I found some settings in the snap gui preferences to speed up Sentinel1 Interferomtric processing.
However when I run the same grap.xml using gpt then it takes ages.
I used the same snap.properties but I can’t use the java snap.conf settings ( -J-Xms256M -J-Xmx4G) …
I still have problems:
In the gpt.vmoptions file I included the same settings I chose in the gui under preferences --> performance:
-Xverify:none
-XX:+AggressiveOpts
-Xmx16384m
-Xms512m
-Djava.io.tmpdir=/Volumes/data1/snap_cache/tmp
In the gui the execution of a graph takes 30 min. The same graph processed using the commandline gpt takes more than 4h. What can I do?
I have a MacOSX:10.10.5 with 32 GB RAM
By the way what setting would you recommend for Xmx, Xms, tile and cache size?
I see the same thing. I usually run the full snap on windows and it performs fine and I run gpt on linux on a similar computer but it performs 10x slower. Both machines have 16Gb, similar processor.
The options entered in /gpt.vmoptions/ are automatically considered.

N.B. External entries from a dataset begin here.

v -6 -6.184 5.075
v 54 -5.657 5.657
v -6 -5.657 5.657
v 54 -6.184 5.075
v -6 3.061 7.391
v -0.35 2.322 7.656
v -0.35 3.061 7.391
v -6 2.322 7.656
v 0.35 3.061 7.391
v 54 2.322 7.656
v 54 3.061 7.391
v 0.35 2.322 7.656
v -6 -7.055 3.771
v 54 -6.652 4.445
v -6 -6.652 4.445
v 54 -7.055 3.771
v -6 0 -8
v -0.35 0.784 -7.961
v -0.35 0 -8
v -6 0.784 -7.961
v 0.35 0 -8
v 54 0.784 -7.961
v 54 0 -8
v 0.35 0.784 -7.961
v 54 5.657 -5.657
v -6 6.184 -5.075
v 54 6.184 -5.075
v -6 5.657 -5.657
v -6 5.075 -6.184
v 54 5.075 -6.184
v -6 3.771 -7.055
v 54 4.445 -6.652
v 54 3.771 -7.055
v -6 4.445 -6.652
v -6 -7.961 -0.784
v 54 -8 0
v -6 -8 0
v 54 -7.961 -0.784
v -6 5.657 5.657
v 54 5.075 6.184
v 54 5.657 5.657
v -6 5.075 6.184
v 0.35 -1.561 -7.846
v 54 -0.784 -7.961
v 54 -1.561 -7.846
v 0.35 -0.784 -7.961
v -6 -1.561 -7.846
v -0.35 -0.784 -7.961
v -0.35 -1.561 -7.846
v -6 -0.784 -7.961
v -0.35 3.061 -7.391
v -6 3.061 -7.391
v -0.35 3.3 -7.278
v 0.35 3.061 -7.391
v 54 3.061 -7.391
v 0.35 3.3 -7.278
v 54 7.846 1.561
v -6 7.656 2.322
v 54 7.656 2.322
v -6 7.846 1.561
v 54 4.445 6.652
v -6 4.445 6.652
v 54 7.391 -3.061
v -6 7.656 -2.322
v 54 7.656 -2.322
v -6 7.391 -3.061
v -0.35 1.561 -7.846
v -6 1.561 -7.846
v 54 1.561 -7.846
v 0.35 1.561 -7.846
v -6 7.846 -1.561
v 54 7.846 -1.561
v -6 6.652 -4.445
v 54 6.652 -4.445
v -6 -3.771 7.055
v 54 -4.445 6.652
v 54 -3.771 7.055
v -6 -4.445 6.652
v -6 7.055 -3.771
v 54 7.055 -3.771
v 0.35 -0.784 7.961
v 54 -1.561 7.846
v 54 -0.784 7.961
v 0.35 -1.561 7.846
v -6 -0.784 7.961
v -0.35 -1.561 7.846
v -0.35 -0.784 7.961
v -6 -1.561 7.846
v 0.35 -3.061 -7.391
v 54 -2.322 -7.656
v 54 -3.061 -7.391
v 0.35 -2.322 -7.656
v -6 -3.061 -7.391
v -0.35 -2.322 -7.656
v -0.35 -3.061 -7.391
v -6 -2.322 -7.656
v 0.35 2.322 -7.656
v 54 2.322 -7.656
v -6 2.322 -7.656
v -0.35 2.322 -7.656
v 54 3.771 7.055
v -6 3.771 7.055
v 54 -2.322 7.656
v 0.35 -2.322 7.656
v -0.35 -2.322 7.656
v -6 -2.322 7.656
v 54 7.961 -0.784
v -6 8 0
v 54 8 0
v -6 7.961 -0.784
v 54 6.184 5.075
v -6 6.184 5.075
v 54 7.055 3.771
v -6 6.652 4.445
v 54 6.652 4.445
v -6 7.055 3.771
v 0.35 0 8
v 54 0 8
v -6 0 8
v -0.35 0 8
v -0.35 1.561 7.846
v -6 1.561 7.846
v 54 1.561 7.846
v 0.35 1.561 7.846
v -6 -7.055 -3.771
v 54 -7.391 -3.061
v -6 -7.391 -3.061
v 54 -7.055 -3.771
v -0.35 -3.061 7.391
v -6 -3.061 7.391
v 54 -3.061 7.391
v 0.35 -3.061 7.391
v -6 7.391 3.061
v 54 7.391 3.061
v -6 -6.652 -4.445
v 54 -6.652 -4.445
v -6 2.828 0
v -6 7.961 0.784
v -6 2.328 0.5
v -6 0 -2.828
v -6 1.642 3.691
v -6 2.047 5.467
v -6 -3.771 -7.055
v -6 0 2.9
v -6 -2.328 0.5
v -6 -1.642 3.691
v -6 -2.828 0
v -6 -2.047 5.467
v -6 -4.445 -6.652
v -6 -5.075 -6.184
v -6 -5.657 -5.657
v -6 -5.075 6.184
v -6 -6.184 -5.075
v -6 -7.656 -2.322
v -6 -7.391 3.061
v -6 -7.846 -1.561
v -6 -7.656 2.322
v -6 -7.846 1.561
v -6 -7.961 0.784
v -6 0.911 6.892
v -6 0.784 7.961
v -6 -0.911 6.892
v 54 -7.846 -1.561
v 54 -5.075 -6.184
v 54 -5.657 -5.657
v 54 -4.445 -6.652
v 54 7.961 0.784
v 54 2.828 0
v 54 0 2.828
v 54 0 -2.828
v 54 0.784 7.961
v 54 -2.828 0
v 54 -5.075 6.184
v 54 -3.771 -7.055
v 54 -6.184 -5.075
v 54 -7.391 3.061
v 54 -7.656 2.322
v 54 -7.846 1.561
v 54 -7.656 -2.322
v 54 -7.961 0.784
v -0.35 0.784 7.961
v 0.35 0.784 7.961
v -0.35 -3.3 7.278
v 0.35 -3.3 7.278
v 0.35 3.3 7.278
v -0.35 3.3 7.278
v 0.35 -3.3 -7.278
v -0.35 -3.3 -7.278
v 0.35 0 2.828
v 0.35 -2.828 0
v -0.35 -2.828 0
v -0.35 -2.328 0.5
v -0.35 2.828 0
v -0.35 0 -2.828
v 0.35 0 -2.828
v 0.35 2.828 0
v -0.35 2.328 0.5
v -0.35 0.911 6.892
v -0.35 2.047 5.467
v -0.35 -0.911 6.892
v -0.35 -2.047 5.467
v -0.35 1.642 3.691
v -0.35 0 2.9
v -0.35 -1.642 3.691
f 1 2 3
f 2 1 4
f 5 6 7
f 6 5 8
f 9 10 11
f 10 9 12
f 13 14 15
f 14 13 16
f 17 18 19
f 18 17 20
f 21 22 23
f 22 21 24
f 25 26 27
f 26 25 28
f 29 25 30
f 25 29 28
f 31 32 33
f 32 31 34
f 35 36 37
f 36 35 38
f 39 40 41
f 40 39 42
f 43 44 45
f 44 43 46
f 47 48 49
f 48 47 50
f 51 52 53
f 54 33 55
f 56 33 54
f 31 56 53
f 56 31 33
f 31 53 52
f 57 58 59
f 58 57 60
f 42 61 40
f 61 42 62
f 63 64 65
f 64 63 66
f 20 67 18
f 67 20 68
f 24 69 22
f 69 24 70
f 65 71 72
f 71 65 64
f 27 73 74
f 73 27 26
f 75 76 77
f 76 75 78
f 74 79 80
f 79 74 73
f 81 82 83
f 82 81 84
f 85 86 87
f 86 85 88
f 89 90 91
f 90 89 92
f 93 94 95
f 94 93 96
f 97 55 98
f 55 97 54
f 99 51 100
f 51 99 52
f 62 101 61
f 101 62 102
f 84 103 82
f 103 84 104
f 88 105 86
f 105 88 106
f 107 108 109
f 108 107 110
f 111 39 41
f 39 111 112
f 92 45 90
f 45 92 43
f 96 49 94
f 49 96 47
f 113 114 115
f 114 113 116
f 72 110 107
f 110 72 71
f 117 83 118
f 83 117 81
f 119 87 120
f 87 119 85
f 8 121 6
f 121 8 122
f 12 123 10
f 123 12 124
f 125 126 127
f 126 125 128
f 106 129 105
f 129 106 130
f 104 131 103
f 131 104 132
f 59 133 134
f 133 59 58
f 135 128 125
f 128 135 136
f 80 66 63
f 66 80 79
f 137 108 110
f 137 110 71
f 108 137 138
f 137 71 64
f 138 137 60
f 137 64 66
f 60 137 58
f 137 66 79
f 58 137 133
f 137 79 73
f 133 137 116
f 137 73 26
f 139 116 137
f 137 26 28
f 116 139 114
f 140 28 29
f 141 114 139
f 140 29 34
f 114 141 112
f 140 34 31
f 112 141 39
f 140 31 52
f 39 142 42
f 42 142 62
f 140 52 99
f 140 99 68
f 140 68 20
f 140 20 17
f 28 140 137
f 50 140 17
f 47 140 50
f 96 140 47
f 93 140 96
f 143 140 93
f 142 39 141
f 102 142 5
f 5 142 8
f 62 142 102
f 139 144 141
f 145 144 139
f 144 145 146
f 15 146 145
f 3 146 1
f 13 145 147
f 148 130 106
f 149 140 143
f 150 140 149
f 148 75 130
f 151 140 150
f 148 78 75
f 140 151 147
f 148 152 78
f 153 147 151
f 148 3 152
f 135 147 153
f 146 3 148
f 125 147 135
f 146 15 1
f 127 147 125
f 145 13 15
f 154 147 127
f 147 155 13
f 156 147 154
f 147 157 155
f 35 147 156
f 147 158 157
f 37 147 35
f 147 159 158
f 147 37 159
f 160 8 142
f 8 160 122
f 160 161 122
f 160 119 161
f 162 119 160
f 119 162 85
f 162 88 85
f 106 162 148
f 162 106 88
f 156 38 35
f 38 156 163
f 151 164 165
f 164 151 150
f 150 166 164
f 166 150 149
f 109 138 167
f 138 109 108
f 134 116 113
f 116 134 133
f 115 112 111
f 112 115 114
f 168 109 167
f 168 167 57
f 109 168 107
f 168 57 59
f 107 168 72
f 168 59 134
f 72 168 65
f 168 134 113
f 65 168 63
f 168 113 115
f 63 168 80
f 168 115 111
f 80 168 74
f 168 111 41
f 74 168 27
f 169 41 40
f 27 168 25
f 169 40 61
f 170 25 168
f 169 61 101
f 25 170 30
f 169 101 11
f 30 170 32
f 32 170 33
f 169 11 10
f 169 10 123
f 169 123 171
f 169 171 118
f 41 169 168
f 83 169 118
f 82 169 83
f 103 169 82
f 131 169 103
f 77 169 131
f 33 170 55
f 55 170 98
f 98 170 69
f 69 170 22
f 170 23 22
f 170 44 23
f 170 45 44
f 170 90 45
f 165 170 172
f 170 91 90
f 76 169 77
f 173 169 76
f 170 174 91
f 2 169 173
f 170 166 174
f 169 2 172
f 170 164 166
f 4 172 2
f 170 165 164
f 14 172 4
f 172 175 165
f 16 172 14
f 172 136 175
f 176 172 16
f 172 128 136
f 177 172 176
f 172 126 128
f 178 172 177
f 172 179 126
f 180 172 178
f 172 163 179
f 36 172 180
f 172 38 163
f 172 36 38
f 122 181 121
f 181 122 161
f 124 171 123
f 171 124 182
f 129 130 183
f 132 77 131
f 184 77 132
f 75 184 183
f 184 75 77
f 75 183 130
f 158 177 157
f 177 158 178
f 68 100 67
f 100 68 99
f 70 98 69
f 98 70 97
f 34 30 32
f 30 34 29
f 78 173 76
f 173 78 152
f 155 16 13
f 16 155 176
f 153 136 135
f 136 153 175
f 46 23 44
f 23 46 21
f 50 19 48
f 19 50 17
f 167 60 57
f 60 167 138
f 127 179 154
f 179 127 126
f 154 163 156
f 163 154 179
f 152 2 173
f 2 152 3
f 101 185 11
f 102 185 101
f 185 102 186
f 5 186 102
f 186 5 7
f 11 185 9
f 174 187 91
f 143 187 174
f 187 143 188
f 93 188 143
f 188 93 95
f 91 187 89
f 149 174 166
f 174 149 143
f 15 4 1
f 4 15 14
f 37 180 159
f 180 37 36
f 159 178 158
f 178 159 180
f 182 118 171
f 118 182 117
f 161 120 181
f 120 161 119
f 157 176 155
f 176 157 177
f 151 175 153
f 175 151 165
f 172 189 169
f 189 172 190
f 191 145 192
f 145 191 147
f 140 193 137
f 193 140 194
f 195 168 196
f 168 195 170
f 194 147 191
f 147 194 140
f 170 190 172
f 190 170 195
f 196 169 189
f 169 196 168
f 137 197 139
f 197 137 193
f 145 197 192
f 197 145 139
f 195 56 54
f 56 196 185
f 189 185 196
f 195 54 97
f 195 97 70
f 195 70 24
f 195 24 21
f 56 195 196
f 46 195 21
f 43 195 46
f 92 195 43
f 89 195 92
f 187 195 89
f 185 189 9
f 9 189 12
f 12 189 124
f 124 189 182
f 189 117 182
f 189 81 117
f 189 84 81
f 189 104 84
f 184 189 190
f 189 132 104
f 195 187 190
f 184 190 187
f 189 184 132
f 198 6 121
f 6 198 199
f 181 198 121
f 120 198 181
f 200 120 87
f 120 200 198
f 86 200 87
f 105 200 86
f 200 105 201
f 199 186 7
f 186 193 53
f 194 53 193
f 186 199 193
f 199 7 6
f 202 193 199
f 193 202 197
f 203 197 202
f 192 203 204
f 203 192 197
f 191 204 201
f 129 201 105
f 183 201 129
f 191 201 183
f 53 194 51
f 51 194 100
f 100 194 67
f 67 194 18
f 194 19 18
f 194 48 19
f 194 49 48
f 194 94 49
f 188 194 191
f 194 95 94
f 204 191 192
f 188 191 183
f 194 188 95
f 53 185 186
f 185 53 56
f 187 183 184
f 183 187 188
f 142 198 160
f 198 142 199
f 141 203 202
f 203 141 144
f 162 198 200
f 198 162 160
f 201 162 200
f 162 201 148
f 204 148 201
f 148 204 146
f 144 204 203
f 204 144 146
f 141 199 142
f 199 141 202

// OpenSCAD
//blade (olfa)
//color("grey")cube([0.6,6.5,39],center = true);
difference(){
union(){
difference(){
  translate([24,0,0]) rotate([0,90,0])cylinder(d=16,h=60,center=true,$fn=64);
  translate([24,0,0]) rotate([45,0,0]) cube([65,4,4],center=true);

}
translate([-3,0,3])cube([6,5,5],center=true);
}
cube([0.7,6.6,39],center = true);
translate([-7.5,0,5]) rotate([0,90,0])cylinder(d=4.2,h=15,center=true);
}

To find good settings you should try the tool snap offers.
In the menu select /Tools–>Options/ and then select /Performance/.
Use the /Compute/ to button to find good settings on your computer.
thanks. I computet the settings by chosing different combinations.
Then I saved the changes. When I closed snap and reopened now I got some strange messages. It took me some time to find that in snap.conf now a slash after jdkhome is missing which caused the mesages:
The uncomment line was the new which caused the error messages (). I changed this and it worked.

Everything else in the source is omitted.